ICE admitted in court that it considers even people whose charges were dismissed to still be a “criminal” for purposes of removal, and many immigrants with pending charges are never convicted. For instance, ICE terminated the legal status of international student Suguru Onda for a dismissed fishing-related citation. The same thing happened to Akshar Patel, another international student, with a dismissed reckless driving charge. When ICE deports people without giving them their day in court, it not only deprives them of their right to clear their name but also denies justice to victims if they are guilty.

Regardless, ICE also hasn’t listed what the charges are for, and we know that it is slapping thousands of “illegal entry” charges on long-time residents to brand them as criminals and force California and other states to help deport them.

Nonetheless, focusing on people without pending charges or convictions, the difference in policy is indescribable. ICE doesn’t separately report the criminal status of book-in specifically from ICE arrests. But ICE’s public numbers on its currently detained population reveal a ninefold increase in immigrants being arrested by ICE and locked up by ICE for no other reason than their immigration status.

If we look at the net increase in immigrants detained by ICE after an ICE arrest, 70 percent of the increase in detention has come from people without criminal convictions.

My back-of-the-envelope calculation based on the public numbers is that in early January, ICE was arresting about 32 immigrants per day in the interior who had no criminal conviction or pending charge. By early June, these arrests were approximately 453 per day—a 14-fold increase. That is about 50 percent more than the daily average for ICE arrests of immigrants of all types in FY 2024.

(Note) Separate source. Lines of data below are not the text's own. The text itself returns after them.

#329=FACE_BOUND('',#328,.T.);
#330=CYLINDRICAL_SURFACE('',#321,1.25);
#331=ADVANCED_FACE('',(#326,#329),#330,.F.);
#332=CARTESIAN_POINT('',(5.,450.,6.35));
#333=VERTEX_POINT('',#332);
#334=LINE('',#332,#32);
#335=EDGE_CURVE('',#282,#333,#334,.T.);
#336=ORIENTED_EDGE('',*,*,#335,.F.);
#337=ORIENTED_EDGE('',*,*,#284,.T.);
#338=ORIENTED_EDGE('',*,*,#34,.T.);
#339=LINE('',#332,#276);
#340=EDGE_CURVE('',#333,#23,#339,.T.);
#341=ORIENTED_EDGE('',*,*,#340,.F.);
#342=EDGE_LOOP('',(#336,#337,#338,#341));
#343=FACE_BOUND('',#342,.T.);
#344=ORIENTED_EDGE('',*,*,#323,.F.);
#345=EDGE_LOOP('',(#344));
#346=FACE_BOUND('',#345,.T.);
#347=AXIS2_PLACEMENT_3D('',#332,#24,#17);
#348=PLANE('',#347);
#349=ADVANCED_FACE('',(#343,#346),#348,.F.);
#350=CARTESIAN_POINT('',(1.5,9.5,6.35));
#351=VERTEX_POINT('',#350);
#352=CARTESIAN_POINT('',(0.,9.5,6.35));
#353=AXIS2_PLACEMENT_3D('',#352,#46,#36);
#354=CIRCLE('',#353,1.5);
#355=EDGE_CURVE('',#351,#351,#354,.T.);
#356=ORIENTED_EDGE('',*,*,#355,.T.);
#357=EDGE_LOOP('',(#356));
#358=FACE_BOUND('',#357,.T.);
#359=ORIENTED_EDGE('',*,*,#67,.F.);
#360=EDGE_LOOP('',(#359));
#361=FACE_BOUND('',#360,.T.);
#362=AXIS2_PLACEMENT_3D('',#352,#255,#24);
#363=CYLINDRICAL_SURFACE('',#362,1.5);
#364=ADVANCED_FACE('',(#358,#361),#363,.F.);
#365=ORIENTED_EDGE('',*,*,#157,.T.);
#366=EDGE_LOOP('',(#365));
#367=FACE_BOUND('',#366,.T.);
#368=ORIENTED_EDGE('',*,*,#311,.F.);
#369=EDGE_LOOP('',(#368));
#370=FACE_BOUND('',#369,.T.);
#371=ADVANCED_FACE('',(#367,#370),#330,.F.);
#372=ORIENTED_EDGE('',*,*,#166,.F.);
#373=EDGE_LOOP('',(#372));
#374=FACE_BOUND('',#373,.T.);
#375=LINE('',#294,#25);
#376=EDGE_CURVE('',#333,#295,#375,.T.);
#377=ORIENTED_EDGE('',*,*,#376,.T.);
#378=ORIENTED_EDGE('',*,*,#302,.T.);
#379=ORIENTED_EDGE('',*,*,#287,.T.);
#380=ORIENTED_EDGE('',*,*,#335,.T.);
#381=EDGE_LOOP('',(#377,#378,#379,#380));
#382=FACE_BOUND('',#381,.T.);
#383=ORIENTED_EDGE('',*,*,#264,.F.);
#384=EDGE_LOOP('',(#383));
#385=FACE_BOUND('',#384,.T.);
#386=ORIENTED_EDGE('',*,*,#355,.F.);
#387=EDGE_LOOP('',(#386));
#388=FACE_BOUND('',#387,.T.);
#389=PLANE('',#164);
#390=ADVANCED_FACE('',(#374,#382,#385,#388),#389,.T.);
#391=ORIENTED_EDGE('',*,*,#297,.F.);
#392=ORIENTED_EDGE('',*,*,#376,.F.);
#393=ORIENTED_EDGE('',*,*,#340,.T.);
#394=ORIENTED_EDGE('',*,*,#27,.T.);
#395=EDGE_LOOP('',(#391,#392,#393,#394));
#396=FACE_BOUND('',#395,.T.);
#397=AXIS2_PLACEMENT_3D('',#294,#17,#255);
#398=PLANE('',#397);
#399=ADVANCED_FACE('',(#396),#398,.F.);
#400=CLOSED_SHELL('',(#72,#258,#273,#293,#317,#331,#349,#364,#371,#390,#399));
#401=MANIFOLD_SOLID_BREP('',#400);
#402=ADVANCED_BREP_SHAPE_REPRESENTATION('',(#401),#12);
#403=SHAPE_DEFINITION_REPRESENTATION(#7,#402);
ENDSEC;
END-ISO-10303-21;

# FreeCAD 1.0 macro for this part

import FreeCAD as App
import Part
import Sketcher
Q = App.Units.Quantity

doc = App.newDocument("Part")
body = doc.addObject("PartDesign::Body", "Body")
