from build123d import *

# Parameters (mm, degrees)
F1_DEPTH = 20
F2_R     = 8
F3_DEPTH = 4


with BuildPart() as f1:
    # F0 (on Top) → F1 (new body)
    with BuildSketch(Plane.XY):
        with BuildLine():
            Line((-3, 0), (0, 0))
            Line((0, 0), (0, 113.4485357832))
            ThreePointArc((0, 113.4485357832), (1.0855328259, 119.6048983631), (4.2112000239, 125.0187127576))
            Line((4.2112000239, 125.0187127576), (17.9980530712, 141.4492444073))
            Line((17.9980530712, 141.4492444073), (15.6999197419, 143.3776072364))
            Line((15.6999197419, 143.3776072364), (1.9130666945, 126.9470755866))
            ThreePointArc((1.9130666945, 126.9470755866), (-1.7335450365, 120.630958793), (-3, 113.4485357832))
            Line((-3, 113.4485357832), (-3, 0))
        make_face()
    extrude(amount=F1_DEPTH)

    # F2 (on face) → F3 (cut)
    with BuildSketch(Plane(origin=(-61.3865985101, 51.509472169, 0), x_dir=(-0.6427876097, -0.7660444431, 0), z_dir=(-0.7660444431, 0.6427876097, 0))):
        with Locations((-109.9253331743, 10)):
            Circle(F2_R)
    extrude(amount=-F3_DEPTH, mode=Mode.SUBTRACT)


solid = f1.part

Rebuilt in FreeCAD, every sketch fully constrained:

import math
import FreeCAD as App
import Part
import Sketcher
Q = App.Units.Quantity

doc = App.newDocument("Part")
body = doc.addObject("PartDesign::Body", "Body")

# Sketch on XY plane
sketch1 = body.newObject("Sketcher::SketchObject", "Sketch")
sketch1.AttachmentSupport = (doc.getObject("XY_Plane"), [""])
sketch1.MapMode = "FlatFace"
sketch1.addGeometry([
    Part.LineSegment(App.Vector(-3, 0, 0), App.Vector(0, 0, 0)),  # 0
    Part.LineSegment(App.Vector(0, 0, 0), App.Vector(0, 113.4, 0)),  # 1
    Part.ArcOfCircle(Part.Circle(App.Vector(18, 113.4, 0), App.Vector(0, 0, 1), 18), math.radians(140), math.radians(180)),  # 2
    Part.LineSegment(App.Vector(4.2, 125, 0), App.Vector(18, 141.4, 0)),  # 3
    Part.LineSegment(App.Vector(18, 141.4, 0), App.Vector(15.7, 143.4, 0)),  # 4
    Part.LineSegment(App.Vector(15.7, 143.4, 0), App.Vector(1.9, 126.9, 0)),  # 5
    Part.ArcOfCircle(Part.Circle(App.Vector(18, 113.4, 0), App.Vector(0, 0, 1), 21), math.radians(140), math.radians(180)),  # 6
    Part.LineSegment(App.Vector(-3, 113.4, 0), App.Vector(-3, 0, 0)),  # 7
], False)
sketch1.addConstraint([
    Sketcher.Constraint("Coincident", 0, 2, 1, 1),
    Sketcher.Constraint("Tangent", 1, 2, 2, 2),
    Sketcher.Constraint("Tangent", 2, 1, 3, 1),
    Sketcher.Constraint("Coincident", 3, 2, 4, 1),
    Sketcher.Constraint("Coincident", 4, 2, 5, 1),
    Sketcher.Constraint("Tangent", 5, 2, 6, 1),
    Sketcher.Constraint("Tangent", 6, 2, 7, 1),
    Sketcher.Constraint("Coincident", 7, 2, 0, 1),
    Sketcher.Constraint("Horizontal", 0),
    Sketcher.Constraint("Vertical", 1),
    Sketcher.Constraint("Vertical", 7),
    Sketcher.Constraint("Coincident", 0, 2, -1, 1),
    Sketcher.Constraint("Coincident", 6, 3, 2, 3),
    Sketcher.Constraint("Perpendicular", 3, 4),
    Sketcher.Constraint("Perpendicular", 4, 5),
    Sketcher.Constraint("Radius", 2, Q("18 mm")),
    Sketcher.Constraint("Radius", 6, Q("21 mm")),
    Sketcher.Constraint("Angle", 3, Q("50 deg")),
    Sketcher.Constraint("DistanceY", 1, 1, 1, 2, Q("113.448536 mm")),
    Sketcher.Constraint("DistanceX", -1, 1, 4, 2, Q("15.69992 mm")),
])
pad1 = body.newObject("PartDesign::Pad", "Pad")
pad1.Profile = sketch1
pad1.Length = 20

# Sketch on an angled plane
sketch2 = body.newObject("Sketcher::SketchObject", "Sketch001")
sketch2.Placement = App.Placement(App.Vector(-61.386599, 51.509472, 0), App.Rotation(App.Vector(-0.64278761, -0.766044443, 0), App.Vector(0, 0, 1), App.Vector(-0.766044443, 0.64278761, 0), "ZXY"))
sketch2.addGeometry(Part.Circle(App.Vector(-110, 10, 0), App.Vector(0, 0, 1), 8), False)
sketch2.addConstraint([
    Sketcher.Constraint("Diameter", 0, Q("16 mm")),
    Sketcher.Constraint("DistanceY", -1, 1, 0, 3, Q("10 mm")),
    Sketcher.Constraint("DistanceX", 0, 3, -1, 1, Q("109.925333 mm")),
])
pocket1 = body.newObject("PartDesign::Pocket", "Pocket")
pocket1.Profile = sketch2
pocket1.Length = 4

doc.recompute()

This was the predictable result of President Trump’s executive order rescinding ICE guidance, which required ICE to focus on public safety threats. As a consequence, the overall capacity of ICE to make arrests has grown thanks to shifting many resources from the military and other law enforcement agencies into ICE. It is also borrowing from end-of-the-year appropriations to pay for operations today, leaving it $1 billion in the hole. ICE is also detaining more people than ever in squalid, inhumane conditions that are worse than those permitted in prisons where serious violent offenders are serving their sentences.

The White House has ordered ICE to meet an unreasonable quota of 3,000 arrests per day, a target they were nowhere near achieving as of June 14. Agents are complaining about how the quota is undermining public safety in interviews with conservative outlets like the New York Post and Washington Examiner. The White House is focused on “quantity over quality,” one agent told the New York Post. The agents told the Post that ICE’s quota was forcing them to leave “some dangerous criminal illegal migrants on the streets.” ICE shifted away from fugitive operations to focus on asylum seekers at courthouses, immigrants who regularly check in with ICE, and other non-threats.

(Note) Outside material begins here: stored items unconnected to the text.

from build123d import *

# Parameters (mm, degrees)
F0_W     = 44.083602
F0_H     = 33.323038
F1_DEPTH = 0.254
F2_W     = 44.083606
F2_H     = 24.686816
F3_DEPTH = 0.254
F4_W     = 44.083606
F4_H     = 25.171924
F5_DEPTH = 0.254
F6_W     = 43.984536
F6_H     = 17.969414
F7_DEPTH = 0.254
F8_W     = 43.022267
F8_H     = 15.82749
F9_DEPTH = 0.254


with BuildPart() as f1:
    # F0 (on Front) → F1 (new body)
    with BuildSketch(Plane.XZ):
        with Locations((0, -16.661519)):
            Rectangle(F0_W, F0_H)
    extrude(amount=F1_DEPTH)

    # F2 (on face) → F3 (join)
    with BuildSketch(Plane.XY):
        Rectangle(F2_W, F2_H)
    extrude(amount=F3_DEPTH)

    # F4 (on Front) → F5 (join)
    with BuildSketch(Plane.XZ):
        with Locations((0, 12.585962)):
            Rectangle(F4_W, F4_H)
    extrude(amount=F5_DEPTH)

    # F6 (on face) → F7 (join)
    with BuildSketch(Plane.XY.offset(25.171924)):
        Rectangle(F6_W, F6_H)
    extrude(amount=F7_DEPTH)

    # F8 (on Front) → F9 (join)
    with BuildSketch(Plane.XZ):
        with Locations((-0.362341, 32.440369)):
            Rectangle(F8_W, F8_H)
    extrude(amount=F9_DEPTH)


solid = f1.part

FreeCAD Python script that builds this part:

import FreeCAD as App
import Part
import Sketcher

V = App.Vector
Q = App.Units.Quantity


def add_polygon(sketch, points):
    """Adds a closed chain of lines whose ends are joined by coincident constraints."""
    first, n = sketch.GeometryCount, len(points)
    for a, b in zip(points, points[1:] + points[:1]):
        sketch.addGeometry(Part.LineSegment(App.Vector(*a, 0), App.Vector(*b, 0)), False)
    for i in range(n):
        sketch.addConstraint(Sketcher.Constraint("Coincident", first + i, 2, first + (i + 1) % n, 1))

doc = App.newDocument("Part")
body = doc.addObject("PartDesign::Body", "Body")

# Sketch on XZ plane
sketch1 = body.newObject("Sketcher::SketchObject", "Sketch")
sketch1.AttachmentSupport = (doc.getObject("XZ_Plane"), [""])
sketch1.MapMode = "FlatFace"
add_polygon(sketch1, [(-22.041801, 0), (-22.041801, -33.323038), (22.041801, -33.323038), (22.041801, 0)])  # lines 0-3
sketch1.addConstraint([
    Sketcher.Constraint("Vertical", 0),
    Sketcher.Constraint("Horizontal", 1),
    Sketcher.Constraint("Vertical", 2),
    Sketcher.Constraint("Horizontal", 3),
    Sketcher.Constraint("Symmetric", 2, 2, 3, 2, -1, 1),
    Sketcher.Constraint("DistanceX", 0, 2, -1, 1, Q("22.041801 mm")),
    Sketcher.Constraint("DistanceY", 0, 2, 0, 1, Q("33.323038 mm")),
])
pad1 = body.newObject("PartDesign::Pad", "Pad")
pad1.Profile = sketch1
pad1.Length = Q("0.01 in")

# Sketch on XY plane
sketch2 = body.newObject("Sketcher::SketchObject", "Sketch001")
sketch2.AttachmentSupport = (doc.getObject("XY_Plane"), [""])
sketch2.MapMode = "FlatFace"
add_polygon(sketch2, [(-22.041803, 12.343408), (-22.041803, -12.343408), (22.041803, -12.343408), (22.041803, 12.343408)])  # lines 0-3
sketch2.addConstraint([
    Sketcher.Constraint("Vertical", 0),
    Sketcher.Constraint("Horizontal", 1),
    Sketcher.Constraint("Vertical", 2),
    Sketcher.Constraint("Horizontal", 3),
    Sketcher.Constraint("Symmetric", 0, 2, 2, 2, -1, 1),
    Sketcher.Constraint("DistanceX", 1, 1, 1, 2, Q("44.083606 mm")),
    Sketcher.Constraint("DistanceY", 0, 2, 0, 1, Q("24.686816 mm")),
])
pad2 = body.newObject("PartDesign::Pad", "Pad001")
pad2.Profile = sketch2
pad2.Length = Q("0.01 in")

# Sketch on XZ plane
sketch3 = body.newObject("Sketcher::SketchObject", "Sketch002")
sketch3.AttachmentSupport = (doc.getObject("XZ_Plane"), [""])
sketch3.MapMode = "FlatFace"
add_polygon(sketch3, [(-22.041803, 25.171924), (-22.041803, 0), (22.041803, 0), (22.041803, 25.171924)])  # lines 0-3
sketch3.addConstraint([
    Sketcher.Constraint("Vertical", 0),
    Sketcher.Constraint("Horizontal", 1),
    Sketcher.Constraint("Vertical", 2),
    Sketcher.Constraint("Horizontal", 3),
    Sketcher.Constraint("Symmetric", 0, 2, 1, 2, -1, 1),
    Sketcher.Constraint("DistanceX", 1, 1, 1, 2, Q("44.083606 mm")),
    Sketcher.Constraint("DistanceY", 0, 2, 0, 1, Q("25.171924 mm")),
])
pad3 = body.newObject("PartDesign::Pad", "Pad002")
pad3.Profile = sketch3
pad3.Length = Q("0.01 in")

# Sketch on XY plane
sketch4 = body.newObject("Sketcher::SketchObject", "Sketch003")
sketch4.AttachmentSupport = (doc.getObject("XY_Plane"), [""])
sketch4.MapMode = "FlatFace"
sketch4.AttachmentOffset = App.Placement(V(0, 0, 25.171924), App.Rotation())
add_polygon(sketch4, [(-21.992268, 8.984707), (-21.992268, -8.984707), (21.992268, -8.984707), (21.992268, 8.984707)])  # lines 0-3
sketch4.addConstraint([
    Sketcher.Constraint("Vertical", 0),
    Sketcher.Constraint("Horizontal", 1),
    Sketcher.Constraint("Vertical", 2),
    Sketcher.Constraint("Horizontal", 3),
    Sketcher.Constraint("Symmetric", 0, 2, 2, 2, -1, 1),
    Sketcher.Constraint("DistanceX", 1, 1, 1, 2, Q("43.984536 mm")),
    Sketcher.Constraint("DistanceY", 0, 2, 0, 1, Q("17.969414 mm")),
])
pad4 = body.newObject("PartDesign::Pad", "Pad003")
pad4.Profile = sketch4
pad4.Length = Q("0.01 in")

# Sketch on XZ plane
sketch5 = body.newObject("Sketcher::SketchObject", "Sketch004")
sketch5.AttachmentSupport = (doc.getObject("XZ_Plane"), [""])
sketch5.MapMode = "FlatFace"
add_polygon(sketch5, [(-21.873475, 40.354114), (-21.873475, 24.526624), (21.148792, 24.526624), (21.148792, 40.354114)])  # lines 0-3
sketch5.addConstraint([
    Sketcher.Constraint("Vertical", 0),
    Sketcher.Constraint("Horizontal", 1),
    Sketcher.Constraint("Vertical", 2),
    Sketcher.Constraint("Horizontal", 3),
    Sketcher.Constraint("DistanceY", 0, 2, 0, 1, Q("15.82749 mm")),
    Sketcher.Constraint("DistanceX", 1, 1, 1, 2, Q("43.022267 mm")),
    Sketcher.Constraint("DistanceX", 0, 2, -1, 1, Q("21.873475 mm")),
    Sketcher.Constraint("DistanceY", -1, 1, 0, 2, Q("24.526624 mm")),
])
pad5 = body.newObject("PartDesign::Pad", "Pad004")
pad5.Profile = sketch5
pad5.Length = Q("0.01 in")

doc.recompute()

ICE’s deportation agenda is not what is being advertised to the American public. ICE is not interested in prioritizing public safety, yet it constantly pretends that anyone who objects to its tactics and priorities is defending violent criminals. But violent criminals are not ICE’s primary focus. Indeed, it now has no focus altogether. That’s the essence of mass deportation: it is indiscriminate, unfocused, and chaotic. Congress should mandate more transparent reporting from ICE and require that it target only those who pose genuine threats to public safety.